# ROLEX pen, felt the need for one too



## mrburls (May 5, 2011)

First I've got to say Gary (Capt. G) did an outstanding job making this blank for me. All the pieces layed out so perfectly. :good::good:to Gary. 

I usually don't sweat turning any type of blanks, but this one had me dripping wet  Was only one area really had to watch and that was on the cap were the two hands over lap on the face dail which is the highest point of watch parts. Everything went well (no brake throughs) :biggrin: 
Pen turned out beautifully. Once all polished and buffed it's amazing how all those gears look like they're floating in there and are so shiny. 

When I first saw Roy's Rolex's I had to PM Gary to see if he was making anymore. Thanks for posting your Rolex's Roy, they are beauties also. 

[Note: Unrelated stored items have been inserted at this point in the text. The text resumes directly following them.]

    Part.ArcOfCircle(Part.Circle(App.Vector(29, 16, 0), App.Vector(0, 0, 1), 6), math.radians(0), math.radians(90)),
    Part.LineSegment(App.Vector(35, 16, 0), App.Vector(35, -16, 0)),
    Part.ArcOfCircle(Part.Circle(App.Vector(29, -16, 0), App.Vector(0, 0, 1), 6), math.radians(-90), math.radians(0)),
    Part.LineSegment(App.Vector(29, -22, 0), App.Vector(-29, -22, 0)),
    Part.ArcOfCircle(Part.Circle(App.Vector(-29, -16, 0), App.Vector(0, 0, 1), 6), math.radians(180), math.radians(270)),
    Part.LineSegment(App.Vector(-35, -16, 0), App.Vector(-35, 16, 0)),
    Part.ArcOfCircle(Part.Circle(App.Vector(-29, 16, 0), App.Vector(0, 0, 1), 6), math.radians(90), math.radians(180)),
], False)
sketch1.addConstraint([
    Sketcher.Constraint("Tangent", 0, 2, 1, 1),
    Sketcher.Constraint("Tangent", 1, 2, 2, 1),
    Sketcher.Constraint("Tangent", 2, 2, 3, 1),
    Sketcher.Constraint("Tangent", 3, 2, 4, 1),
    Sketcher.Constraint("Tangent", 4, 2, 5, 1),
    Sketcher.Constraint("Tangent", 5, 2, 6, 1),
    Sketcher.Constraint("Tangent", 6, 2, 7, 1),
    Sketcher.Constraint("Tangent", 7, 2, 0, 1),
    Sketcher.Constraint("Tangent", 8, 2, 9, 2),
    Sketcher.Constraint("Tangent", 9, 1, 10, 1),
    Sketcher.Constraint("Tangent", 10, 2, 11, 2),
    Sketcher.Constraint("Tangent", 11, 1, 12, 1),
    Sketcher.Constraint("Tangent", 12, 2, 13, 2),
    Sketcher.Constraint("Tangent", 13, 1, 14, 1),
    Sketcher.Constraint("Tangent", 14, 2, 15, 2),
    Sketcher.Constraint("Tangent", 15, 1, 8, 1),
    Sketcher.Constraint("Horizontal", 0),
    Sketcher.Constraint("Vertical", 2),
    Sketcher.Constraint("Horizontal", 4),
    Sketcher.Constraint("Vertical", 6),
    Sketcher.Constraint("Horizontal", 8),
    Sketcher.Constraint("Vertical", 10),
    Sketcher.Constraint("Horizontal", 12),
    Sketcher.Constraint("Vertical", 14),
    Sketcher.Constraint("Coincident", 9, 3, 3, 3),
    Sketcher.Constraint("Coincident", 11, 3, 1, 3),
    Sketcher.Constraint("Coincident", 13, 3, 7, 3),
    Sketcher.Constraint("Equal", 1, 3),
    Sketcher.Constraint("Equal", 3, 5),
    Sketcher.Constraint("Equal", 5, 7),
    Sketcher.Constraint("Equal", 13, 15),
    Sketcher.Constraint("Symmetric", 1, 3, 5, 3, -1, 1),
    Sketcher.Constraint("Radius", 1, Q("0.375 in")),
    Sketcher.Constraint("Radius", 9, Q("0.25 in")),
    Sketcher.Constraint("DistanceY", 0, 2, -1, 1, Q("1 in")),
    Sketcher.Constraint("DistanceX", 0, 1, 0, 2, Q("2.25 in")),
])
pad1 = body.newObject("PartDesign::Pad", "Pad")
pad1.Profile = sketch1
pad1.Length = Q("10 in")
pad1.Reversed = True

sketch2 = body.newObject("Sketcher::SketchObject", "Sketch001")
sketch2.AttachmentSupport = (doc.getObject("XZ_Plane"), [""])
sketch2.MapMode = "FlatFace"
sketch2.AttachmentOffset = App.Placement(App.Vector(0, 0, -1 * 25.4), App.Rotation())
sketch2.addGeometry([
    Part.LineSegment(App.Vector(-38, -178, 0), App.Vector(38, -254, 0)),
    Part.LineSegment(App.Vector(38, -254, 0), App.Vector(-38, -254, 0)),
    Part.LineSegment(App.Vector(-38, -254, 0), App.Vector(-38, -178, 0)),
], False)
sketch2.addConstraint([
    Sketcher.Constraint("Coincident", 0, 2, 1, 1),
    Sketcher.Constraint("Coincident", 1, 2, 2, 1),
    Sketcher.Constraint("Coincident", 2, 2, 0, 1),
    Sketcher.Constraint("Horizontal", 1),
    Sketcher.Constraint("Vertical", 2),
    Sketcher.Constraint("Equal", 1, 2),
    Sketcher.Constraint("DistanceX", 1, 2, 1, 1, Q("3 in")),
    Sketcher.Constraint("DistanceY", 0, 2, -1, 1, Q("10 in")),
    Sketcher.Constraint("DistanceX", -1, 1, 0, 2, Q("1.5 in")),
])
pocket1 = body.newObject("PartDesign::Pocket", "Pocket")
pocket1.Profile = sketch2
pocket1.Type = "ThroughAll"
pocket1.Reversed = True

So here are a few photos of my new Rolex. 

Keith "mrburls"


----------



## IPD_Mr (May 5, 2011)

Very very nice.  Everyone involved should be proud.


----------



## MarkD (May 5, 2011)

Beautiful pen! Congrats!


----------



## wiset1 (May 5, 2011)

Beautiful work and great use of this kit!  Awesome work!!!


----------



## thewishman (May 5, 2011)

Beautiful! That looks good on the Emperor. Gary's blanks turn very well - NPGJ.


----------



## OKLAHOMAN (May 5, 2011)

Keith, I know what you mean about sweating as you turned it, you did an outstanding job on an outstanding blank. Now go out and sell it for the big $$$$$$$$$$ it deserves.


----------



## flyitfast (May 5, 2011)

Keith, thanks for showing me this pen at the meeting tonite. The pictures are great, but seeing the actual pen was a treat. I could still see the "sweat" on the pen!!! You did a great job and whoever ends up with it will have something to show off, especially if they wear a Rolex.





Gordon


----------



## johncrane (May 5, 2011)

Wow that Awesome work Keith!


----------



## corian king (May 5, 2011)

VERY NICE!!! I really love those pens.I have a couple of watches that was my mom and dads.I would love to find someone that would take the two watches and make it one barrel or a single barrel sierra.If there is enough parts.It really mean alot to me.
Anyway Sir!! Wasn't trying to steal your post Sorry!! 
The pen is just stunning and the workmanship is fantastic...
JIM


----------



## CaptG (May 5, 2011)

You did good and I knew you would.  Great looking pen.




corian king said:


> VERY NICE!!! I really love those pens.I have a couple of watches that was my mom and dads.I would love to find someone that would take the two watches and make it one barrel or a single barrel sierra.If there is enough parts.It really mean alot to me.
> Anyway Sir!! Wasn't trying to steal your post Sorry!!
> The pen is just stunning and the workmanship is fantastic...
> JIM



Jim, pm sent.


----------



## mrburls (May 5, 2011)

corian king said:


> VERY NICE!!! I really love those pens.I have a couple of watches that was my mom and dads.I would love to find someone that would take the two watches and make it one barrel or a single barrel sierra.If there is enough parts.It really mean alot to me.
> Anyway Sir!! Wasn't trying to steal your post Sorry!!
> The pen is just stunning and the workmanship is fantastic...
> JIM


 
Jim, Gary would do a great job for you. His work is awesome. 

Keith "mrburls"


----------



## ToddMR (May 6, 2011)

Amazing!  That is a top notch pen.  One that just looks that it should be high dollar.  I am amazed by the talent a lot of you have on here.  Very nice.:bananen_smilies046:


----------



## Boz (May 6, 2011)

Very nice pen.  I have turned a number of Gary's carbon blanks and one geared blank but the pucker factor involved when you are standing at the lathe with a sharp tool in your hand and a watch face blank in front of you I have not gotten over.


----------



## BRobbins629 (May 6, 2011)

Great job for both of you.  One of the nicest I've seen.


----------



## 65GTMustang (May 6, 2011)

I think its about *TIME *I ask to have one of these blanks for me!
Super nice
Great Job


----------



## workinforwood (May 6, 2011)

Very nice..I like the details in the layout, it's well thought out. I never met anyone better at clear casting than Gary...he's got a meticulous set up, very well thought out to achieve production without sacrificing perfection.


----------



## PaulDoug (May 6, 2011)

That, sir, is one of the nicest I have seen!  Congrats to you both.


----------



## omb76 (May 6, 2011)

Way cool!!  Beautiful work on both your parts.


----------



## Texatdurango (May 6, 2011)

I went out and looked at the IAP "home page" to see the pen but it's not there yet! Jeff must be out of town or something.

Seeing pens like this is SLOWLY pulling me back into wanting to make a few _*KIT*_ pens again! :redface:

Best pen I've seen in a long while!


----------